En esos días andaba yo por Marrakech, cuando desde el habitáculo en el que leía ensimismado el “Bhagavad-gita” me llegó la voz de una mujer que preguntaba con dulzura a alguien en un inglés chapurreado. No era la voz de una americana, ni de una inglesa, ni de una australiana. La voz, no sé el por qué y a pesar del anglicismo, destilaba los dejos propios del Conquero, de la Plaza de las Monjas, de las calles Concepción y Marina. La voz, seguro, rezumaba marisma y dunas de Punta Umbría. Pero no podía ser, ¡cómo iba a ser! En pleno Marruecos y en aquel tugurio en el que se cobijaban malvivientes. Sin embargo, dejé tirados en la esterilla a Arjuna y a Sri Krishna y me asomé con el corazón a mil por la oxidada barandilla…
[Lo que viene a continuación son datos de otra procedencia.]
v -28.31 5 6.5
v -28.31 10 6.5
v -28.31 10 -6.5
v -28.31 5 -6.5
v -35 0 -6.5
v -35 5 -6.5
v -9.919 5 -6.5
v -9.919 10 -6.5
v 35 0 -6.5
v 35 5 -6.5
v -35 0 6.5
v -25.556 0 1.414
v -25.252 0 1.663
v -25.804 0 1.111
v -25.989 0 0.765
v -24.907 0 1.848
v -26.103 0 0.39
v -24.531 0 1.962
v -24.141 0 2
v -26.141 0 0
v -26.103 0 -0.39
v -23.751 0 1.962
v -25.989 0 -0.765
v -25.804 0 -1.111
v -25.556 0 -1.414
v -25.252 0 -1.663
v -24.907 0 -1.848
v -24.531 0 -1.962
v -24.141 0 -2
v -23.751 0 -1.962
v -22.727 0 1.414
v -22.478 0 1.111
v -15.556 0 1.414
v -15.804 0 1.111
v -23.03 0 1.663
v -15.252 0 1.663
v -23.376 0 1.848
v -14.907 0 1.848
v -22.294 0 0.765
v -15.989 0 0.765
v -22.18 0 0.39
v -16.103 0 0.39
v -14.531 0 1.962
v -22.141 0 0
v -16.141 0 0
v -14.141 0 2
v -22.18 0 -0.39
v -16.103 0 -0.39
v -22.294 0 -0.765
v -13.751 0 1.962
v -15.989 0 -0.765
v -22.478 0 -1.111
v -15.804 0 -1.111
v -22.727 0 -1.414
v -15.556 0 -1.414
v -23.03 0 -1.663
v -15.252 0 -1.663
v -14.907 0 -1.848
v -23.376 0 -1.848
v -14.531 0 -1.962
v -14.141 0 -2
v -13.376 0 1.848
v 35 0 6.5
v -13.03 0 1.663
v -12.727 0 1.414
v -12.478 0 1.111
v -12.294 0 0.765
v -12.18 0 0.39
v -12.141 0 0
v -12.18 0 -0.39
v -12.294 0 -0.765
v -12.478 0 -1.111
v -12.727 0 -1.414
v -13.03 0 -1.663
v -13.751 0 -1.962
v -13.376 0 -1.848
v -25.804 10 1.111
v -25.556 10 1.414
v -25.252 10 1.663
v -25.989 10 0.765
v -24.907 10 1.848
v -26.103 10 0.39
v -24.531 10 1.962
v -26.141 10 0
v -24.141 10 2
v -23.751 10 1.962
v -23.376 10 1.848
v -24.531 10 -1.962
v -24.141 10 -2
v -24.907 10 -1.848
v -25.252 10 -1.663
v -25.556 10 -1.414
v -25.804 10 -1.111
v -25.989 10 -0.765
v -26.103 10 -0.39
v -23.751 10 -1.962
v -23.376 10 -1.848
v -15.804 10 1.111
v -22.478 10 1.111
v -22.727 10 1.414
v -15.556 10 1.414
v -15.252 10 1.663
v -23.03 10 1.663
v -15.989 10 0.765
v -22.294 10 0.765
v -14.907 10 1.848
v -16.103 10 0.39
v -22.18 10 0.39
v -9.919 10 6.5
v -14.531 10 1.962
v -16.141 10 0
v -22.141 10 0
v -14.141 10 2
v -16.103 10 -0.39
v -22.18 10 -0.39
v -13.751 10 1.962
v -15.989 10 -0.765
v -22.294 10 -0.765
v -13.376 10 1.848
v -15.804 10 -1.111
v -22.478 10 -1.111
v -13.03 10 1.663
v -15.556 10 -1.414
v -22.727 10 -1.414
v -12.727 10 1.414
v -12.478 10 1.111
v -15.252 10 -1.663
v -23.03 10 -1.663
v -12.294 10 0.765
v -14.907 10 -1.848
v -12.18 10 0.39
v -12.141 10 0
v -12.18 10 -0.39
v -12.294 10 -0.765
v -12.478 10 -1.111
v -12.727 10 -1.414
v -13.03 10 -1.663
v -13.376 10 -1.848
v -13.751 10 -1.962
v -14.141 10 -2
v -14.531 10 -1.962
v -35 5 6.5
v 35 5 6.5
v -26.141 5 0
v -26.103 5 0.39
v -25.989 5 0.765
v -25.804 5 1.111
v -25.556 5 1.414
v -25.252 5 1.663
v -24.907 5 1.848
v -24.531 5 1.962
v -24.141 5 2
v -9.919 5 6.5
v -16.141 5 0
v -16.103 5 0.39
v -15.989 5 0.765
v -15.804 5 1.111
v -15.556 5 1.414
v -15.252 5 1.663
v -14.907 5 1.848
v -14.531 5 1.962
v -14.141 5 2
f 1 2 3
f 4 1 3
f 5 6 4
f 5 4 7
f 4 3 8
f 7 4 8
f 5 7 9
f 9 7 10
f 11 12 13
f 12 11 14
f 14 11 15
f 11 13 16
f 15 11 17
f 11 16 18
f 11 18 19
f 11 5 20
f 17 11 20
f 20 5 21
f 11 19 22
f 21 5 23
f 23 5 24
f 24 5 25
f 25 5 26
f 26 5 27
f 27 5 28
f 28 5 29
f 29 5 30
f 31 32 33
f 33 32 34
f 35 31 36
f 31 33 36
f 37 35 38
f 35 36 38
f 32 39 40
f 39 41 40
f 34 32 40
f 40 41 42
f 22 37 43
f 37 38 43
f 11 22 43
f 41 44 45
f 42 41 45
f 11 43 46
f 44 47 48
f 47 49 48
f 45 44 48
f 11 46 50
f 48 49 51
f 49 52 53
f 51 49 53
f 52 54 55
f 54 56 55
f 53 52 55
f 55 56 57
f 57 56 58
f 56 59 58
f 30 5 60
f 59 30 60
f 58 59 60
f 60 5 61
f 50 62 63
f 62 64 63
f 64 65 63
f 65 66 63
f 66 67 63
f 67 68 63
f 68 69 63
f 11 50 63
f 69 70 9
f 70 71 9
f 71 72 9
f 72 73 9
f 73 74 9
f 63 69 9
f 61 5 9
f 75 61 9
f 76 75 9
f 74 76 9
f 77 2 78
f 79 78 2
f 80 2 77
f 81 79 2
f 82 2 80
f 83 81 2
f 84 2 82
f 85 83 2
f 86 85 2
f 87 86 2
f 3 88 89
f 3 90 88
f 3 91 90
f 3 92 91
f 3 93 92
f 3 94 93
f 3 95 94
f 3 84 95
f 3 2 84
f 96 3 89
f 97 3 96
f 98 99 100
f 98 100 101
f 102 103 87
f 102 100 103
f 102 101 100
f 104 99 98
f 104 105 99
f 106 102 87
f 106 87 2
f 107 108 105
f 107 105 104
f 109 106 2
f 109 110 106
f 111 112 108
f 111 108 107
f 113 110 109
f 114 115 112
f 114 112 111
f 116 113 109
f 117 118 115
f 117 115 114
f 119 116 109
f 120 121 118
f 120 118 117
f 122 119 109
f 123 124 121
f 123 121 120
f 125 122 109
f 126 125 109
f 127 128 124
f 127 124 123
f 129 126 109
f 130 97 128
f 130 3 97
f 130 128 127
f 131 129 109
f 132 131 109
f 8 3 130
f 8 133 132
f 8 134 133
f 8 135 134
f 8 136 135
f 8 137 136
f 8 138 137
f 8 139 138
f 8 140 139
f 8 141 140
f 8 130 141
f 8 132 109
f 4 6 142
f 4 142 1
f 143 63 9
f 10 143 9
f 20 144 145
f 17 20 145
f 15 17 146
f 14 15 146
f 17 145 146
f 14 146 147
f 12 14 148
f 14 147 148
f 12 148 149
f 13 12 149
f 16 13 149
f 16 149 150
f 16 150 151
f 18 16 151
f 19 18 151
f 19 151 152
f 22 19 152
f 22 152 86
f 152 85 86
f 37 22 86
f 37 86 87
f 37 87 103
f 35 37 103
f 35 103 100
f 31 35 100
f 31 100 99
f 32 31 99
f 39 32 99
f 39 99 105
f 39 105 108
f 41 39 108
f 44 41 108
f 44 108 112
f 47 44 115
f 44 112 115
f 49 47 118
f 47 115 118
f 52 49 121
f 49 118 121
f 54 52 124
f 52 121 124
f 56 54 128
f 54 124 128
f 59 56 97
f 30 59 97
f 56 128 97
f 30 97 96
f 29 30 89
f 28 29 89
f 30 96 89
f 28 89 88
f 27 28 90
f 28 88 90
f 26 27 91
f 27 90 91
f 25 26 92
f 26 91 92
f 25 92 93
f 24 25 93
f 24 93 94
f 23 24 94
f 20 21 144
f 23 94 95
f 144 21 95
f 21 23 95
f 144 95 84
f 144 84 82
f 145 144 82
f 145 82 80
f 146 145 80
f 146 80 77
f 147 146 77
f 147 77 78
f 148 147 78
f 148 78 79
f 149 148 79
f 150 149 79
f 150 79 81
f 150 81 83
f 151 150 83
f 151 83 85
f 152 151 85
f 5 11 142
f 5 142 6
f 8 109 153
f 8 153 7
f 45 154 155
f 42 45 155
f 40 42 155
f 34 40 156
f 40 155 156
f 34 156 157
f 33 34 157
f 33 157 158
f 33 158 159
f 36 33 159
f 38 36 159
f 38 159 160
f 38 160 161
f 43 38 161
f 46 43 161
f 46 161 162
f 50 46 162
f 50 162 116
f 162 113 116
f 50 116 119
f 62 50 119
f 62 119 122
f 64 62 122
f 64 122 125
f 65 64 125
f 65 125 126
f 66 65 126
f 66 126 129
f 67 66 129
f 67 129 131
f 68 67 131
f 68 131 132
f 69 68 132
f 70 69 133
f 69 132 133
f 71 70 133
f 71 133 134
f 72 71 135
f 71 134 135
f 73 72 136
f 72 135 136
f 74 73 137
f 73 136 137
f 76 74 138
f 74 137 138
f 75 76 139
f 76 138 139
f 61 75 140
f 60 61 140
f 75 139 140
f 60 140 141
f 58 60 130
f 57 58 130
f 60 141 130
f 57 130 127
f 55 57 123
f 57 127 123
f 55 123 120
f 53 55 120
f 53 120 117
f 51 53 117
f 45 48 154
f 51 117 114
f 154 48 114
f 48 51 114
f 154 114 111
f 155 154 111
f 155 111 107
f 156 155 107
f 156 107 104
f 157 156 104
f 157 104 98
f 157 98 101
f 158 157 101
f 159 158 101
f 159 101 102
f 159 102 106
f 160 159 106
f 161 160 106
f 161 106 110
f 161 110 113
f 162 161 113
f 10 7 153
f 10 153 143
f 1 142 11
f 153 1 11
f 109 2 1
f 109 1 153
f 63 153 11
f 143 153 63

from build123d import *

# Parameters (mm, degrees)
SKETCH1_W           = 70
SKETCH1_H           = 13
BOSS_EXTRUDE1_DEPTH = 5
SKETCH2_R           = 2
CUT_EXTRUDE1_DEPTH  = 36.947878936
BOSS_EXTRUDE3_START = 5
SKETCH2_3_W         = 18.390349325
SKETCH2_3_H         = 13
SKETCH2_3_R         = 2
BOSS_EXTRUDE3_DEPTH = 5


with BuildPart() as part:
    # Sketch1 → Boss-Extrude1 (new body)
    with BuildSketch(Plane(origin=(0, 0, 0), x_dir=(1, 0, 0), z_dir=(0, 1, 0))):
        Rectangle(SKETCH1_W, SKETCH1_H)
    extrude(amount=BOSS_EXTRUDE1_DEPTH)

    # Sketch2 → Cut-Extrude1 (cut, through all)
    with BuildSketch(Plane(origin=(0, 5, 0), x_dir=(1, 0, 0), z_dir=(0, 1, 0))):
        with Locations((-24.141309667, 0)):
            Circle(SKETCH2_R)
        with Locations((-14.141309667, 0)):
            Circle(SKETCH2_R)
    extrude(amount=-CUT_EXTRUDE1_DEPTH, mode=Mode.SUBTRACT)

    # Sketch2<3> → Boss-Extrude3 (add)
    with BuildSketch(Plane(origin=(0, 5, 0), x_dir=(1, 0, 0), z_dir=(0, 1, 0)).offset(BOSS_EXTRUDE3_START)):
        with Locations((-19.114378827, 0)):
            Rectangle(SKETCH2_3_W, SKETCH2_3_H)
        with Locations((-24.141309667, 0)):
            Circle(SKETCH2_3_R, mode=Mode.SUBTRACT)
        with Locations((-14.141309667, 0)):
            Circle(SKETCH2_3_R, mode=Mode.SUBTRACT)
    extrude(amount=-BOSS_EXTRUDE3_DEPTH)


solid = part.part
¡Y allí estaba ella! En la mitad del patio tendiendo sus pertenencias. Ataviada con una túnica turquesa, descalza, y el pelo negro y largo resbalándole por la espalda. “¡Pituca!”, le grité deslizándome por la escalera acaracolada. Dibujó una sonrisa, y sin articular palabra nos fundimos en un largo abrazo de hermanos de Huelva. Nos tocamos los cuerpos para comprobar que éramos, que eran de Huelva y ahora vagabundeaban por tierras lejanas. Nos besamos los rostros cincelados a golpes de la mar de Huelva. Nos sentamos en la posición del loto y charloteamos repasando a Huelva, a nuestra Huelva de plata…
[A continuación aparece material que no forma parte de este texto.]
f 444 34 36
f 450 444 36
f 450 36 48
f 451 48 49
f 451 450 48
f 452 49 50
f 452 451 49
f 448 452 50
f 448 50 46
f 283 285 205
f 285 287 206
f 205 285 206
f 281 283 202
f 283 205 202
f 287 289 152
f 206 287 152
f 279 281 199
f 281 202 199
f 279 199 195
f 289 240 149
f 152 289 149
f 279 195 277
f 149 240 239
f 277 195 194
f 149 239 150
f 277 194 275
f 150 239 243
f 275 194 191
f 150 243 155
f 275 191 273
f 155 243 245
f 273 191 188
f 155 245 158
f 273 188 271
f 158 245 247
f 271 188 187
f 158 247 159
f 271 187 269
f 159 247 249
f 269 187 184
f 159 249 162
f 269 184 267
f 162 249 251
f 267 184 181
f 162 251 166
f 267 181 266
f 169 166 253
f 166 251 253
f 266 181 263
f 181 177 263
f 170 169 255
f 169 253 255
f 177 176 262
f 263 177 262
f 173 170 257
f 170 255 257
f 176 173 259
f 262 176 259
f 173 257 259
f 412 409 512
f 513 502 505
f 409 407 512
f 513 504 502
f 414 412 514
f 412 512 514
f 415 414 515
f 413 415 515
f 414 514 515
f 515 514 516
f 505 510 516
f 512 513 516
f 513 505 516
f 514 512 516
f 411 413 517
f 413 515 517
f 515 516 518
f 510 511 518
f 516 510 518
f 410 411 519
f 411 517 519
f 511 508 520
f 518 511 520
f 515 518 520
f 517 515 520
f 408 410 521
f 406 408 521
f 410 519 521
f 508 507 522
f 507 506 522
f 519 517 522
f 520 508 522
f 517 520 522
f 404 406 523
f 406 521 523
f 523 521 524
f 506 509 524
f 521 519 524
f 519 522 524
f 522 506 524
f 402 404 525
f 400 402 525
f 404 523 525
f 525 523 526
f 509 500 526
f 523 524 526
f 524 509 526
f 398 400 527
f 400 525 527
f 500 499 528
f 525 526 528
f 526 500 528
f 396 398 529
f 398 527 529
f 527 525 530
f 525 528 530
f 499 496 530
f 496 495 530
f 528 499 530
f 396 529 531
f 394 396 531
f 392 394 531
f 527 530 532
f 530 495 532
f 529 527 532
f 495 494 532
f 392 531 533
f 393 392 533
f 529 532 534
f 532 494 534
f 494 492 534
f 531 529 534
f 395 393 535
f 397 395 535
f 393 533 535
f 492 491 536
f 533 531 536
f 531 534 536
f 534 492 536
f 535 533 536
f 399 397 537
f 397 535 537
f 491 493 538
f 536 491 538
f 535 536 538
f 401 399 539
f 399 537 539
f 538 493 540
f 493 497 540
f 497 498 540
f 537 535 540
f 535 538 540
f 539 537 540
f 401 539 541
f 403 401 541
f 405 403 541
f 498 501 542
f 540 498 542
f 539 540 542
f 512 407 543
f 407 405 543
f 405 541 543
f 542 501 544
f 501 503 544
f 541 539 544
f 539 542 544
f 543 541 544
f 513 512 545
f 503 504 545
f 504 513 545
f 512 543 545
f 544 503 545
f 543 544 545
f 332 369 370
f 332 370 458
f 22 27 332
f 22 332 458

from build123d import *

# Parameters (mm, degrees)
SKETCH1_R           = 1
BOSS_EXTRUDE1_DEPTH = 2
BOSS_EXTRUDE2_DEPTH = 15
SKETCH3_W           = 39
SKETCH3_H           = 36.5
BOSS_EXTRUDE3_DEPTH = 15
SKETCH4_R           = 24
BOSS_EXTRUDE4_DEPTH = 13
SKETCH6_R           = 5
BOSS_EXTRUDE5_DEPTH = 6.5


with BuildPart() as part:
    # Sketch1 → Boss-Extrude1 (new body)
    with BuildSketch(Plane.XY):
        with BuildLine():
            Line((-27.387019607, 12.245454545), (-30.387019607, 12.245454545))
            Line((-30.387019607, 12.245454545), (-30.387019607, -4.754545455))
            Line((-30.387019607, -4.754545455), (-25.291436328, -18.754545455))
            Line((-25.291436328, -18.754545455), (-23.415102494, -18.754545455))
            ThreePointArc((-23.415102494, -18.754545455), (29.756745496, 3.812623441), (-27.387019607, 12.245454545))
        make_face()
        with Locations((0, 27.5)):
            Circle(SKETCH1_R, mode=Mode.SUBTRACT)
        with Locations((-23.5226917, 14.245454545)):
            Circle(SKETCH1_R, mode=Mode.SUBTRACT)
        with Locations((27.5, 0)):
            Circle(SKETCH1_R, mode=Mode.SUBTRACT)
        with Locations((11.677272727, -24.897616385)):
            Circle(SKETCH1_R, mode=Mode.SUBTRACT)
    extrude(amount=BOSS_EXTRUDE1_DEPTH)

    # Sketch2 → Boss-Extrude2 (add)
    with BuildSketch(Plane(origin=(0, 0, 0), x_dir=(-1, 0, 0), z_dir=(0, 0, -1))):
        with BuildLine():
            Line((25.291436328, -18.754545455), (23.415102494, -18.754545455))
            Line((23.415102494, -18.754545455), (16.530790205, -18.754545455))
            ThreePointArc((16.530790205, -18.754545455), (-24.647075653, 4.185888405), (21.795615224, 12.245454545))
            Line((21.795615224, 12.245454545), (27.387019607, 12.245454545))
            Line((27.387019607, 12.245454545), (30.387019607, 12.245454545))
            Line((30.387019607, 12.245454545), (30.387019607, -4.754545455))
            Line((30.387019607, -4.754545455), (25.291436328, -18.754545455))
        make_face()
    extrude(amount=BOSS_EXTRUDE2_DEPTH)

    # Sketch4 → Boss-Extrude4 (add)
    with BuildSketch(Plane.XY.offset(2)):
Nos despedimos casi en la madrugada, ¿te acuerdas? Con un vaso de té humeante entre las manos y una nostalgia infinita en la mirada. Nos despedimos en silencio, acariciándonos la cara, alejándonos poco a poco… Y de inmediato te quedaste encuadrada en ese firmamento moro de inimaginables estrellas, y del que ya -como lucero vigilante que un sinfín de azules y blancos destella- formas parte.